With VirScan, scientists can run a single test to determine which viruses have infected an individual, rather than limiting their analysis to particular viruses.
That unbiased approach could uncover unexpected factors affecting individual patients' health, and also expands opportunities to analyse and compare viral infections in large populations. The comprehensive analysis can be performed for about $25 per blood sample.
Stephen J. Elledge, an HHMI investigator at Brigham and Women's Hospital, led the development of VirScan. ''We've developed a screening methodology to basically look back in time in people's [blood] sera and see what viruses they have experienced,'' he says. ''Instead of testing for one individual virus at a time, which is labour intensive, we can assay all of these at once. It's one-stop shopping.''
Elledge and his colleagues have already used VirScan to screen the blood of 569 people in the United States, South Africa, Thailand, and Peru. The scientists described the new technology and reported their findings in the 5 June issue of the journal Science.
VirScan works by screening the blood for antibodies against any of the 206 species of viruses known to infect humans. The immune system ramps up production of pathogen-specific antibodies when it encounters a virus for the first time, and it can continue to produce those antibodies for years or decades after it clears an infection. That means VirScan not only identifies viral infections that the immune system is actively fighting, but also provides a history of an individual's past infections.

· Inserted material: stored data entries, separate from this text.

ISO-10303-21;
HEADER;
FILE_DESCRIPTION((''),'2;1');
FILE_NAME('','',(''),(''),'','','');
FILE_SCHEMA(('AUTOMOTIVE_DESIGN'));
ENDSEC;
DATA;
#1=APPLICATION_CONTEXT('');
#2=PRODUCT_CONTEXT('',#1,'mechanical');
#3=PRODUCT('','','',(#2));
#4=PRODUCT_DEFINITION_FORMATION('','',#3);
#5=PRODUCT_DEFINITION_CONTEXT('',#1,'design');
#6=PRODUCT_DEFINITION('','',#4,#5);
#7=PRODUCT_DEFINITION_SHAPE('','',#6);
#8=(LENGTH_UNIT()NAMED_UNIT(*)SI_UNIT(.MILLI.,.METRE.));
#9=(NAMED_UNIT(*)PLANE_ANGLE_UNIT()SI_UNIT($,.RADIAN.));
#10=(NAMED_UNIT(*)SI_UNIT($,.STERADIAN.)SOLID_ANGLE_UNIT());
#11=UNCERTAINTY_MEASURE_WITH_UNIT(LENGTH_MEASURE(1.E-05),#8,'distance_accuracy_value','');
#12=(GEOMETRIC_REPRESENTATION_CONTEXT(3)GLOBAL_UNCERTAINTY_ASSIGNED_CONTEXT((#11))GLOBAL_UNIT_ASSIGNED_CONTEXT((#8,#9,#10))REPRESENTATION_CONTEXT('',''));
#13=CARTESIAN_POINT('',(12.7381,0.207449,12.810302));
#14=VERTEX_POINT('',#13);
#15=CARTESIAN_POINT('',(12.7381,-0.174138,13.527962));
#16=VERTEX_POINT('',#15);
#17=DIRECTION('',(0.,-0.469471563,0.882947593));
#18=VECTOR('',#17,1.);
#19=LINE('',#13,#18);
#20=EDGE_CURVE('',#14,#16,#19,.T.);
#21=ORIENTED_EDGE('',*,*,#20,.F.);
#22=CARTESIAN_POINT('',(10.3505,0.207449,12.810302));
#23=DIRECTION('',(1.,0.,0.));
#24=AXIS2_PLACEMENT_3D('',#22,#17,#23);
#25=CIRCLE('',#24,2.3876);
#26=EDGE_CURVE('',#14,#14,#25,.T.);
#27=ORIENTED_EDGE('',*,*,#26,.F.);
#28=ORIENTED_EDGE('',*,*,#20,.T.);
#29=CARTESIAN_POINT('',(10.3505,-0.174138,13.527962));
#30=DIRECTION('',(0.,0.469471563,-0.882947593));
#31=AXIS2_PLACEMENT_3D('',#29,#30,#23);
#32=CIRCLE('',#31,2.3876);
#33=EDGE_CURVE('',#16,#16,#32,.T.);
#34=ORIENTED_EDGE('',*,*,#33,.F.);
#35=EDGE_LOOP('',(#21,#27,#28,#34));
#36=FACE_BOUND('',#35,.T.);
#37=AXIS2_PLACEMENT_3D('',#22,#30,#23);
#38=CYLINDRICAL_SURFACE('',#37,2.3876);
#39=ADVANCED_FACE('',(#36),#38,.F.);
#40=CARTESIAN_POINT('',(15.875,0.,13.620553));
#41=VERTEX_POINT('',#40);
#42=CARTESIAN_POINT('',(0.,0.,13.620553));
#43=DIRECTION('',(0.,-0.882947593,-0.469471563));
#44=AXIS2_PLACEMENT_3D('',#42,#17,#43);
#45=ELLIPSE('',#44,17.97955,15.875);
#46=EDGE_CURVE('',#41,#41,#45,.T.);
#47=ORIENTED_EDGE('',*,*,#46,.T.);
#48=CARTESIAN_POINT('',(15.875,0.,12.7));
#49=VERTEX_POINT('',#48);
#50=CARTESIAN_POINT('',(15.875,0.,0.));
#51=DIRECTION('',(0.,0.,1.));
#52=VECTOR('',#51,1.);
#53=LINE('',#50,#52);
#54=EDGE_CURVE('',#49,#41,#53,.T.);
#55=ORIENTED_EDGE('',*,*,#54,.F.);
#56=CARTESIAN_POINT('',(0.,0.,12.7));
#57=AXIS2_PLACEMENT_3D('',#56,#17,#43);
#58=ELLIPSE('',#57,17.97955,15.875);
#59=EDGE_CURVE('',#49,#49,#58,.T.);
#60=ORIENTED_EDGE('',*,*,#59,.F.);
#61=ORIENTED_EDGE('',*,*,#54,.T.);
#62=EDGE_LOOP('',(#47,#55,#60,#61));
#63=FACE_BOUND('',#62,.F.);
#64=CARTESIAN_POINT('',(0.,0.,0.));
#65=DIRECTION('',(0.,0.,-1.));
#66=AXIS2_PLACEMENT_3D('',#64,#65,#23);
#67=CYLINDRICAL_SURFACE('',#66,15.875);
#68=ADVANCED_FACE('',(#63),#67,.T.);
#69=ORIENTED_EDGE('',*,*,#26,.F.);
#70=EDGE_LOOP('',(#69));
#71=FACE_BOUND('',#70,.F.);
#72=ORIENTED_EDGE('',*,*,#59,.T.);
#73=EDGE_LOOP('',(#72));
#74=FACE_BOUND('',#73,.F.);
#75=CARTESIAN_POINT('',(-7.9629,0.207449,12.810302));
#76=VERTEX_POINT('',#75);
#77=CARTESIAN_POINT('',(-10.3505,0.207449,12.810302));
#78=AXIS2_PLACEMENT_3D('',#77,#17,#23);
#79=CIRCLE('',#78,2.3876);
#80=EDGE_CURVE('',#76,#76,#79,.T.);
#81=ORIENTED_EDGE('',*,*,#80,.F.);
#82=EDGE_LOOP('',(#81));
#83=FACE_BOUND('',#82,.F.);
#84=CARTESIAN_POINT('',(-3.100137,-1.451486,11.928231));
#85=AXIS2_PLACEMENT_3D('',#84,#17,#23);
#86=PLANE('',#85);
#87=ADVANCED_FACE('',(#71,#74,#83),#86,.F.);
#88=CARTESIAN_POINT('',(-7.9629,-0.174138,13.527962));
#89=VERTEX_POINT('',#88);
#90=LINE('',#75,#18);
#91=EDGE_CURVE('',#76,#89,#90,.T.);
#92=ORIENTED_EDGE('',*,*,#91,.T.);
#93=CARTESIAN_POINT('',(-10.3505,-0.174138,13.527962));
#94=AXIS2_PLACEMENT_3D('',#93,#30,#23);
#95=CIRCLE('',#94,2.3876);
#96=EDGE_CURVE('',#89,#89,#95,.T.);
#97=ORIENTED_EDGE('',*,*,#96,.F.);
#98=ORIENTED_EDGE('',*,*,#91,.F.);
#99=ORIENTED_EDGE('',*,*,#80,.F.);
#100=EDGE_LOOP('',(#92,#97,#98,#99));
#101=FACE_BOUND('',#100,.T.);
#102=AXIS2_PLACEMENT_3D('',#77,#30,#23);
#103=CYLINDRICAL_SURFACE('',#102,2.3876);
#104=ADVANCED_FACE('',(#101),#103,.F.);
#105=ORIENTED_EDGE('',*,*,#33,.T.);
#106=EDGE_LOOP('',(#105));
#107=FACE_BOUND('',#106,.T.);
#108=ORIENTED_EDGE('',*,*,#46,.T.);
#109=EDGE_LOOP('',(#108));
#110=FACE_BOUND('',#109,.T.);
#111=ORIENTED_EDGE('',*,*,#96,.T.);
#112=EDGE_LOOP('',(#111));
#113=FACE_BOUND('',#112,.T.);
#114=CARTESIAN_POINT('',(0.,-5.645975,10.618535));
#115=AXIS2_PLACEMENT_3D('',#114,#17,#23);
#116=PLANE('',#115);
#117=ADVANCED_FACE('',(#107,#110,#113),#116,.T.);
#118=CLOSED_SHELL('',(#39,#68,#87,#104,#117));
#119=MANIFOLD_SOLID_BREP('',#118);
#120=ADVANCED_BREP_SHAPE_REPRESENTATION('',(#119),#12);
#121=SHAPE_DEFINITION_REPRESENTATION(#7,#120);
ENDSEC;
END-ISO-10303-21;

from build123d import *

# Parameters (mm, degrees)
F0_R      = 15.875
F1_DEPTH  = 25.4
F5_R      = 28.0073181772
F6_DEPTH  = 25.4
F7_R      = 26.7212354085
F8_DEPTH  = 25.4
F9_R      = 2.3876
F10_DEPTH = 25.4


with BuildPart() as f1:
    # F0 (on Top) → F1 (new body)
    with BuildSketch(Plane.XY):
        Circle(F0_R)
    extrude(amount=F1_DEPTH)

    # F5 (on offset) → F6 (cut)
    with BuildSketch(Plane(origin=(0, -5.645975072, 10.6185347405), x_dir=(1, 0, 0), z_dir=(0, -0.4694715628, 0.8829475929))):
        Circle(F5_R)
    extrude(amount=F6_DEPTH, mode=Mode.SUBTRACT)

    # F7 (on line) → F8 (cut)
    with BuildSketch(Plane(origin=(0, -5.2643885857, 9.900874937), x_dir=(1, 0, 0), z_dir=(0, -0.4694715628, 0.8829475929))):
        with Locations((-3.1001365278, 4.3183793314)):
            Circle(F7_R)
    extrude(amount=-F8_DEPTH, mode=Mode.SUBTRACT)

    # F9 (on line) → F10 (cut)
    with BuildSketch(Plane(origin=(0, -5.2643885857, 9.900874937), x_dir=(1, 0, 0), z_dir=(0, -0.4694715628, 0.8829475929))):
        with Locations((-10.3505, 6.1972388474)):
            Circle(F9_R)
        with Locations((10.3505, 6.1972388474)):
            Circle(F9_R)
    extrude(amount=F10_DEPTH, mode=Mode.SUBTRACT)


solid = f1.part
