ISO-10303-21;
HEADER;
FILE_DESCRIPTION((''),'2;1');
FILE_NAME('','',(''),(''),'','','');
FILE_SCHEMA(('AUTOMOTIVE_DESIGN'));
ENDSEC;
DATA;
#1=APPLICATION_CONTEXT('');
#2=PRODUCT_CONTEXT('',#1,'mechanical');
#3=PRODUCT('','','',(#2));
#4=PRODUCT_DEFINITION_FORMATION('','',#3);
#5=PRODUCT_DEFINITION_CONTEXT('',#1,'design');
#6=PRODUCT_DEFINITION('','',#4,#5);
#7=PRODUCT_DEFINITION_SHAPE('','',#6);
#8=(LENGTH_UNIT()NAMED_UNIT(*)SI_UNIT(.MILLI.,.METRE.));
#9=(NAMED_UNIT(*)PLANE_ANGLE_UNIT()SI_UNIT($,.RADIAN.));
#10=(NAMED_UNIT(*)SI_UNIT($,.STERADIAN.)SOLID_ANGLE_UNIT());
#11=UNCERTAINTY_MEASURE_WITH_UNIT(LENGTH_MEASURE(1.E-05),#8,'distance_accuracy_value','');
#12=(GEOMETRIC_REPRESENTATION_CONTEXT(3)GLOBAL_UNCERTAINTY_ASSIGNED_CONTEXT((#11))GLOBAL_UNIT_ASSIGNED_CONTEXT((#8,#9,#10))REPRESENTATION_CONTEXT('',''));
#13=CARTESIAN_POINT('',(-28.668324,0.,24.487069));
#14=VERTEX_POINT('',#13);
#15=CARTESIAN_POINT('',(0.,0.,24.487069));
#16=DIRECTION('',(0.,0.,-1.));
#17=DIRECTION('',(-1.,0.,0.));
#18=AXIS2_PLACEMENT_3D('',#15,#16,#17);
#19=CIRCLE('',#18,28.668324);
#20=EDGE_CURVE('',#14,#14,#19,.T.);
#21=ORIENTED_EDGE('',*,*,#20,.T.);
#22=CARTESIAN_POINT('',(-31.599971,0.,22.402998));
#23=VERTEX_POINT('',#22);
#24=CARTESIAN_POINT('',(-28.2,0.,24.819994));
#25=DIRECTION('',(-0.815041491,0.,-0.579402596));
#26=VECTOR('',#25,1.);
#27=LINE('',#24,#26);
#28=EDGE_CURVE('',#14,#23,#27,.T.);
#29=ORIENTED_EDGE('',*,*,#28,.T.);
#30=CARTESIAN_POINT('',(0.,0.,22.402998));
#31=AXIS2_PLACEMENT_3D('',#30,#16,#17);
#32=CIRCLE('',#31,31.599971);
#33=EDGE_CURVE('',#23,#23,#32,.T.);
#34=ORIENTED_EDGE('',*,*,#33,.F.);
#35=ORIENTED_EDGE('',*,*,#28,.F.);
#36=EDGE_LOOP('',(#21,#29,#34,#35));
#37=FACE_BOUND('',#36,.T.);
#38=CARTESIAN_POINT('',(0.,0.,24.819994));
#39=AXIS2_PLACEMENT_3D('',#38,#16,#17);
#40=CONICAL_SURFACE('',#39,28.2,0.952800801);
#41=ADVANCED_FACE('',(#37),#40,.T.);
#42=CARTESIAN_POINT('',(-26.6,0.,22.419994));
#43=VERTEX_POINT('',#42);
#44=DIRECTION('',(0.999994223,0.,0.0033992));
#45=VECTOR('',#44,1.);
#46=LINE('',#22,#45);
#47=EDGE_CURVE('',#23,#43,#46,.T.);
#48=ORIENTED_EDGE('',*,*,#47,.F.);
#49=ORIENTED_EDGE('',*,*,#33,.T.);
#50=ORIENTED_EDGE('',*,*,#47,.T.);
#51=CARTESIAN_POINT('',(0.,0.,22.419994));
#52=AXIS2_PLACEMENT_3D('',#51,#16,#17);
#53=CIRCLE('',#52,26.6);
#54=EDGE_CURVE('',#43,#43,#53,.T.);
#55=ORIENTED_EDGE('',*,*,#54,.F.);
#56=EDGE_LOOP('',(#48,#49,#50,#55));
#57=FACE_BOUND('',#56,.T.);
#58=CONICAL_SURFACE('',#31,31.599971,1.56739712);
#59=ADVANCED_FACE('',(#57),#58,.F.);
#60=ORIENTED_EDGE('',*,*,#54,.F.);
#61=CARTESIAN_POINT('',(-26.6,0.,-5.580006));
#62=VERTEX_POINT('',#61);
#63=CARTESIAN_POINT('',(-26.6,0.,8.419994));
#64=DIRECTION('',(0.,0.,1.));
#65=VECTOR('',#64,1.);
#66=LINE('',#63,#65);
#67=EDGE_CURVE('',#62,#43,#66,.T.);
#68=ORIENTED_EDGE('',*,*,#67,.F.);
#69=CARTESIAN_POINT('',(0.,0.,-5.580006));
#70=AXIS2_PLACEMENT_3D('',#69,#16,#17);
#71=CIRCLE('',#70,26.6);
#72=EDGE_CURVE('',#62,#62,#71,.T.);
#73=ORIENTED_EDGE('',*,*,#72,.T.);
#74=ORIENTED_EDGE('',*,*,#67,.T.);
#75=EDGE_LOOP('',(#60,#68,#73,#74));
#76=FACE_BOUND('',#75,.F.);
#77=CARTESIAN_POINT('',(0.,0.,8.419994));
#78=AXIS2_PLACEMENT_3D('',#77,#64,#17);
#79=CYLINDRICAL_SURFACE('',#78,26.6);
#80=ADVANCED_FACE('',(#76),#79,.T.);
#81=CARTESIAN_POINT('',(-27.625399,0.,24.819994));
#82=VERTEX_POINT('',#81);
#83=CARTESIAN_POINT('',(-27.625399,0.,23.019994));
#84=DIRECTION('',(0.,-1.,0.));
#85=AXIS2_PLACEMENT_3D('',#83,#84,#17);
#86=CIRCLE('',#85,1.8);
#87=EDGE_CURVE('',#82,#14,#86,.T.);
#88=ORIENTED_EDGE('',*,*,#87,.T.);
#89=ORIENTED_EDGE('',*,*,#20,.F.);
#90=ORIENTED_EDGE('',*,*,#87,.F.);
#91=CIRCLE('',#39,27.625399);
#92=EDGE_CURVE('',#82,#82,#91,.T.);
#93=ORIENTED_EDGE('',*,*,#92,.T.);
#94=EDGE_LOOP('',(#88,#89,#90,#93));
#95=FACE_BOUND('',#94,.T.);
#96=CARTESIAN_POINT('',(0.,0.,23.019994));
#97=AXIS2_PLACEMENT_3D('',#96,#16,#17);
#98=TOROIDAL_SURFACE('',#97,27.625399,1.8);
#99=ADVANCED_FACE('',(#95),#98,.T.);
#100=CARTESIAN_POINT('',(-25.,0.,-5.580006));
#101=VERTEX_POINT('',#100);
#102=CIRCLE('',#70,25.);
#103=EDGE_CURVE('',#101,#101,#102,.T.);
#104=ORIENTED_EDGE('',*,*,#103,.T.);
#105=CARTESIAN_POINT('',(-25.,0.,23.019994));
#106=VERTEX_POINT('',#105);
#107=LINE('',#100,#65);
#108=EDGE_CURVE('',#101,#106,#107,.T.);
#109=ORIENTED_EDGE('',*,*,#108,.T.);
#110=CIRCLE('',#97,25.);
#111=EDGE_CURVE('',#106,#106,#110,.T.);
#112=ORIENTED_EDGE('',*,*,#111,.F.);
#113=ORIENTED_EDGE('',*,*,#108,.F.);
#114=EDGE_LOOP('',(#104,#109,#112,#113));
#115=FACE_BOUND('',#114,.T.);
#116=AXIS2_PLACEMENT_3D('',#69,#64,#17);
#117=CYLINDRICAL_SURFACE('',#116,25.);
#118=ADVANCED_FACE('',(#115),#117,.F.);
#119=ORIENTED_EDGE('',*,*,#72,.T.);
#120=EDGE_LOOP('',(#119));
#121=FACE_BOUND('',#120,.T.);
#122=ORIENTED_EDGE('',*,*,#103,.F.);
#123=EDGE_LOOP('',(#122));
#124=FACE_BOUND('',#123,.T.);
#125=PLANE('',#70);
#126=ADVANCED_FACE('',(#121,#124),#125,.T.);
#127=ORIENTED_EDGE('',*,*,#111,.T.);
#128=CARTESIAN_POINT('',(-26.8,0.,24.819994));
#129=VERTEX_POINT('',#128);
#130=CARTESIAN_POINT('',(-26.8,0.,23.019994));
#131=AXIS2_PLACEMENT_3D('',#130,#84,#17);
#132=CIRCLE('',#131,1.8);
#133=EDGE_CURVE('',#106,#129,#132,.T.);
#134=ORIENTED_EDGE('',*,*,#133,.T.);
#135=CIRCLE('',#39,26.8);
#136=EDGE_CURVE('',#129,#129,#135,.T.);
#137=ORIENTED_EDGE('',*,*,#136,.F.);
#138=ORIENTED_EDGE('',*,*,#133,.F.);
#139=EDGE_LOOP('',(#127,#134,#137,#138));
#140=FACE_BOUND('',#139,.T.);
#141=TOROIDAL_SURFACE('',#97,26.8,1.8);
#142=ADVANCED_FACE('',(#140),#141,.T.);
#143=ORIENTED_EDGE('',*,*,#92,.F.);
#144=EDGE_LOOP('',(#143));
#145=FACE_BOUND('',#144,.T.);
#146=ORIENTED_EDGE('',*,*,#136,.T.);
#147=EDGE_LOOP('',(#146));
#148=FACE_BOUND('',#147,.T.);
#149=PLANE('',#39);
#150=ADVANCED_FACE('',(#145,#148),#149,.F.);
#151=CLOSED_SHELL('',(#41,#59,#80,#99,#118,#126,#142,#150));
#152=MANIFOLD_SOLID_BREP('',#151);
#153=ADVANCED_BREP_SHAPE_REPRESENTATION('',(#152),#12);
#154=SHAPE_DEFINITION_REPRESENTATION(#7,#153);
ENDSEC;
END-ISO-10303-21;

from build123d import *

# Parameters (mm, degrees)
F0_W = 1.6
F0_H = 28
F2_R = 1.8


with BuildPart() as f1:
    # F0 (on Front) → F1 (revolve)
    with BuildSketch(Plane.XZ):
        Polygon((-31.599971, 22.402998), (-26.6, 22.419994), (-25, 22.419994), (-25, 24.819994), (-28.2, 24.819994), align=None)
        with Locations((-25.8, 8.419994)):
            Rectangle(F0_W, F0_H)
    revolve(axis=Axis((0, 0, -8.381579), (0, 0, -1)))

    # F2
    f2_edges = [f1.edges().sort_by_distance(p)[0] for p in [
        (25, 0, 24.819994),
        (28.2, 0, 24.819994),
    ]]
    fillet(f2_edges, radius=F2_R)


solid = f1.part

To develop the new test, Elledge and his colleagues synthesised more than 93,000 short pieces of DNA encoding different segments of viral proteins. They introduced those pieces of DNA into bacteria-infecting viruses called bacteriophage. Each bacteriophage manufactured one of the protein segments – known as a peptide – and displayed the peptide on its surface.
As a group, the bacteriophage displayed all of the protein sequences found in the more than 1,000 known strains of human viruses.
Antibodies in the blood find their viral targets by recognising unique features known as epitopes that are embedded in proteins on the virus surface. To perform the VirScan analysis, all of the peptide-displaying bacteriophage are allowed to mingle with a blood sample.
Antiviral antibodies in the blood find and bind to their target epitopes within the displayed peptides. The scientists then retrieve the antibodies and wash away everything except for the few bacteriophage that cling to them.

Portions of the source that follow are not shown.